=== Activity ===
Repeat only the lines below from the one containing "f 151 172 169" through the one containing "f 257 258 229", inclusive, exactly as written.

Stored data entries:
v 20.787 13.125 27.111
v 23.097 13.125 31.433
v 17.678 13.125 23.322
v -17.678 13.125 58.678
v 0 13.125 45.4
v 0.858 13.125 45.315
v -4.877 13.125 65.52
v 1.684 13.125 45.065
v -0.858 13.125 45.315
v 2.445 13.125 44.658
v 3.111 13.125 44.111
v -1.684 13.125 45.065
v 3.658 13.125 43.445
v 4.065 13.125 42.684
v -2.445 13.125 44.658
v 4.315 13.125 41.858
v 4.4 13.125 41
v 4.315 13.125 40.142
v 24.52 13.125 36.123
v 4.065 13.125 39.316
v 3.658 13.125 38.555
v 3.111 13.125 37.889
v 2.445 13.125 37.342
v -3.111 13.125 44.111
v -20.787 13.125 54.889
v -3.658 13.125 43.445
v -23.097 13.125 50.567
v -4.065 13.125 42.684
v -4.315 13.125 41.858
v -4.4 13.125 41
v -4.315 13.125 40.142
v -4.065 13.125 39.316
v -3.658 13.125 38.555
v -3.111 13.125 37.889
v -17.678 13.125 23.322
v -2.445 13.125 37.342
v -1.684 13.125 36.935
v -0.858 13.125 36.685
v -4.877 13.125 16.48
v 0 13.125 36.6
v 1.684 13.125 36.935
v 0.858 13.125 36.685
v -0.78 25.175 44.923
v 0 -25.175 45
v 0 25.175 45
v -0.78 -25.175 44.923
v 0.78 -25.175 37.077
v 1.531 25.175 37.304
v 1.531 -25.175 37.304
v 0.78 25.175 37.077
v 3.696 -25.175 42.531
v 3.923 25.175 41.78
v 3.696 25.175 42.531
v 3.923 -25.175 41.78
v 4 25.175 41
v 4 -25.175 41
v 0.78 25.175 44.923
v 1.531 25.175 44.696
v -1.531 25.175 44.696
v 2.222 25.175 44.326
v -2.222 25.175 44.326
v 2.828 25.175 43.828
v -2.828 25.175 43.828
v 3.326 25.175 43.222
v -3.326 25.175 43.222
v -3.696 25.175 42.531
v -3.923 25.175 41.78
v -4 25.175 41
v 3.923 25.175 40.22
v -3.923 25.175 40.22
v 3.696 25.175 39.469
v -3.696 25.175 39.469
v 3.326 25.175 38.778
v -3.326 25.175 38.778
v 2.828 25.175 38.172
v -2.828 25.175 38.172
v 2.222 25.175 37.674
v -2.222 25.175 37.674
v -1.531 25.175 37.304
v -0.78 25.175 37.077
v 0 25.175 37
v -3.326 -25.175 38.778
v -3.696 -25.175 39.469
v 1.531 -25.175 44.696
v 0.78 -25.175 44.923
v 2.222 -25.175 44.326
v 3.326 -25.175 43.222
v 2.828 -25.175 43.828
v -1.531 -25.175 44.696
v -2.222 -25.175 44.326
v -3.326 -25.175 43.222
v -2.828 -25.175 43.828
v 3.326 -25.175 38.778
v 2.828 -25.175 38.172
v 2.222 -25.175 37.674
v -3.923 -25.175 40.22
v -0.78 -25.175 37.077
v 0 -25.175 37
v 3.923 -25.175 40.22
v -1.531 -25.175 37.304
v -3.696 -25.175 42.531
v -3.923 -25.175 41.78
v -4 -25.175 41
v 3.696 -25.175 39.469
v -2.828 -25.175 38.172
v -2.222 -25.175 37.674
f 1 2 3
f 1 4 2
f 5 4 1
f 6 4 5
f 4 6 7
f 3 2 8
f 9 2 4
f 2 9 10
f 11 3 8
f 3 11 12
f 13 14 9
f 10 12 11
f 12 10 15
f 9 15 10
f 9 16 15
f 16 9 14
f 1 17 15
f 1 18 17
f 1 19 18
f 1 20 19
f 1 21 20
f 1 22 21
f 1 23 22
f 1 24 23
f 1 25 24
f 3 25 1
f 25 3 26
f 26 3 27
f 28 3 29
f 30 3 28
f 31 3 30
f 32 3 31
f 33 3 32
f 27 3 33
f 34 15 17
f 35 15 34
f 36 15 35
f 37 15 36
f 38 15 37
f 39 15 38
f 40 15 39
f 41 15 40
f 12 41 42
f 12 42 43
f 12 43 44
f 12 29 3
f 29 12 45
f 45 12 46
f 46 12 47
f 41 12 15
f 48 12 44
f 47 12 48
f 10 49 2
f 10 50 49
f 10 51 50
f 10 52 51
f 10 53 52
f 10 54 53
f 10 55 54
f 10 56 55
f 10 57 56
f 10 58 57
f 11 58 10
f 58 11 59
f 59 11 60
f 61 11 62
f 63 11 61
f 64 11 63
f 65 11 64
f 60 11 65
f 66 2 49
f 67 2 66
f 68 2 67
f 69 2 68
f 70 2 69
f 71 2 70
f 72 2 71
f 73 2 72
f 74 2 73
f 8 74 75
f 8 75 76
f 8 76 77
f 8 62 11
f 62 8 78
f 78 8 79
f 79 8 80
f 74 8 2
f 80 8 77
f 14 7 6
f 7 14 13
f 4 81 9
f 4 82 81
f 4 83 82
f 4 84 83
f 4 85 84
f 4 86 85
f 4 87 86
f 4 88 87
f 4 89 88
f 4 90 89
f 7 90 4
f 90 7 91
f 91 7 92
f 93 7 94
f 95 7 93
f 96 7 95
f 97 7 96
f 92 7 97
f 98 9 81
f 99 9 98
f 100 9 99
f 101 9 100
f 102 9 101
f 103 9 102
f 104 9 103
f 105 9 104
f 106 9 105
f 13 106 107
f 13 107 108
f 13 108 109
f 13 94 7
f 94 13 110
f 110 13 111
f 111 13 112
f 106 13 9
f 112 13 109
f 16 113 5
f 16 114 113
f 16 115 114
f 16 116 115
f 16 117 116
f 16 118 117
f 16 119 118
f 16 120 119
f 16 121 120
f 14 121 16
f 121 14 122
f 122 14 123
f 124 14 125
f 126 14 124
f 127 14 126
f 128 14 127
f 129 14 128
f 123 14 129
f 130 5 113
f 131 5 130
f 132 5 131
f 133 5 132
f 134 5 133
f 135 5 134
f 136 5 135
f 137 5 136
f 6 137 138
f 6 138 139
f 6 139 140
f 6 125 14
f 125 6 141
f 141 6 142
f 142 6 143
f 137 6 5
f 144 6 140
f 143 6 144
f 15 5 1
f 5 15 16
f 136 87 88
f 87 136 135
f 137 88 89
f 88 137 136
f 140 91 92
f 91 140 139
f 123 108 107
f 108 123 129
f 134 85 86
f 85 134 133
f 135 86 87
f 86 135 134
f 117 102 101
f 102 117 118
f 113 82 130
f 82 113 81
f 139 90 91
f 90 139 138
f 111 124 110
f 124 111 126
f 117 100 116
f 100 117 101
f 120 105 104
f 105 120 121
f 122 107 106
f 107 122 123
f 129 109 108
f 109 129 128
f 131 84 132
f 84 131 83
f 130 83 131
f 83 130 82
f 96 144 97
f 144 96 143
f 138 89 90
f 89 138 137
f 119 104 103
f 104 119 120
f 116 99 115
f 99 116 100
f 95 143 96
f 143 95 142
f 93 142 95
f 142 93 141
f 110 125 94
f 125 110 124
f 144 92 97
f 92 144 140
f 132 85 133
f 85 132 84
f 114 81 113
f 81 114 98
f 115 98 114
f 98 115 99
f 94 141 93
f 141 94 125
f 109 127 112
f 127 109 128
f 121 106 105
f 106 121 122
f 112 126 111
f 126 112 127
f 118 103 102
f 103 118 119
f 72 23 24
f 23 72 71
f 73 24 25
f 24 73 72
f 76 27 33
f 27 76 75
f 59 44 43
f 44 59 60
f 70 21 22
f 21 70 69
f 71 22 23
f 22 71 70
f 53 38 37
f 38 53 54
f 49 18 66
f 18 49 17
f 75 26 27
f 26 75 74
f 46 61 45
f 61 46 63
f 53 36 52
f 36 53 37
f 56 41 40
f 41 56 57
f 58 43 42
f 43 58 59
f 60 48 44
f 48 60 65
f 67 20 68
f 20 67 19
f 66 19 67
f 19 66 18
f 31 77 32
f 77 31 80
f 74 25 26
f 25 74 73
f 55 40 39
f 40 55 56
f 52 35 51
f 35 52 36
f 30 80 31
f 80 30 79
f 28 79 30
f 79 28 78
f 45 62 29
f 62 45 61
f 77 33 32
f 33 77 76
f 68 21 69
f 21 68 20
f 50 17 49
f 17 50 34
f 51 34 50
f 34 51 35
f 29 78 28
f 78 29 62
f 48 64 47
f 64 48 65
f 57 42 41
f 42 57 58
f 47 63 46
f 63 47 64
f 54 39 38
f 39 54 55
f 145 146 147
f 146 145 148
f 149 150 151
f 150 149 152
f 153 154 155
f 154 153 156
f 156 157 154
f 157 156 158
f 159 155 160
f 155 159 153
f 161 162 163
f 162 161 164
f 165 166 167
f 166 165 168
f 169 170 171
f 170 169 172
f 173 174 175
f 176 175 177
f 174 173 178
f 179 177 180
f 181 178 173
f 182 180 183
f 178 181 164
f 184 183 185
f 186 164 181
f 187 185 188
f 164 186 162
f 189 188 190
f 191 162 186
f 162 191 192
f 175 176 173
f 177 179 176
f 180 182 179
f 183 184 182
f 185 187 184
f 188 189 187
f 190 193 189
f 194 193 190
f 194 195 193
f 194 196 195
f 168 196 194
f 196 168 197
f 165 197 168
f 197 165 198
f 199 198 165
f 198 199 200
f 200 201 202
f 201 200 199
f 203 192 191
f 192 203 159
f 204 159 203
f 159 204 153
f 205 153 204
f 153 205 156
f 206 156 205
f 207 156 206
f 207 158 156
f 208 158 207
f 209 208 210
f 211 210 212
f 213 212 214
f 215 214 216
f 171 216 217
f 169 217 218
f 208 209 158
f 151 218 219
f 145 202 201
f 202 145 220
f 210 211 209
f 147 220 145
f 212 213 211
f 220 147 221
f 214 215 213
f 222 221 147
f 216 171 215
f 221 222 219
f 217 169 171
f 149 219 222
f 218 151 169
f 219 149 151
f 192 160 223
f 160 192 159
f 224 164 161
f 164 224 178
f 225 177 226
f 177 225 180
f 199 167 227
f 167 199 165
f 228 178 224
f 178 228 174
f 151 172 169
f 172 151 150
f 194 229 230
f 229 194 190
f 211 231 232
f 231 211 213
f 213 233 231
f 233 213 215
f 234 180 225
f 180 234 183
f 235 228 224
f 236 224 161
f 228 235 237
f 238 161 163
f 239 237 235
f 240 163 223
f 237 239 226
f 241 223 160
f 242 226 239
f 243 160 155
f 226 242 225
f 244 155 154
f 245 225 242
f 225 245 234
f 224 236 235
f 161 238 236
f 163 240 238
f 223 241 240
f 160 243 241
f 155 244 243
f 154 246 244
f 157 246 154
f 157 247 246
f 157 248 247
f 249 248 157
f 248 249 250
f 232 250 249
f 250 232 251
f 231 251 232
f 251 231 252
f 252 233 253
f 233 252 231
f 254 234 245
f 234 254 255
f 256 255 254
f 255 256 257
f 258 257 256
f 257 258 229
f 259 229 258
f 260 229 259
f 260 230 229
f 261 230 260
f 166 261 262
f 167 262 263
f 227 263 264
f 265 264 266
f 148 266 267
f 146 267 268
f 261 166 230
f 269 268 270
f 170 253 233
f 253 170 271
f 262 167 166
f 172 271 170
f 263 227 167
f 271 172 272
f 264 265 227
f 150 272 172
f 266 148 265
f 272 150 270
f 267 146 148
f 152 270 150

=== Result of this exercise ===
f 151 172 169
f 172 151 150
f 194 229 230
f 229 194 190
f 211 231 232
f 231 211 213
f 213 233 231
f 233 213 215
f 234 180 225
f 180 234 183
f 235 228 224
f 236 224 161
f 228 235 237
f 238 161 163
f 239 237 235
f 240 163 223
f 237 239 226
f 241 223 160
f 242 226 239
f 243 160 155
f 226 242 225
f 244 155 154
f 245 225 242
f 225 245 234
f 224 236 235
f 161 238 236
f 163 240 238
f 223 241 240
f 160 243 241
f 155 244 243
f 154 246 244
f 157 246 154
f 157 247 246
f 157 248 247
f 249 248 157
f 248 249 250
f 232 250 249
f 250 232 251
f 231 251 232
f 251 231 252
f 252 233 253
f 233 252 231
f 254 234 245
f 234 254 255
f 256 255 254
f 255 256 257
f 258 257 256
f 257 258 229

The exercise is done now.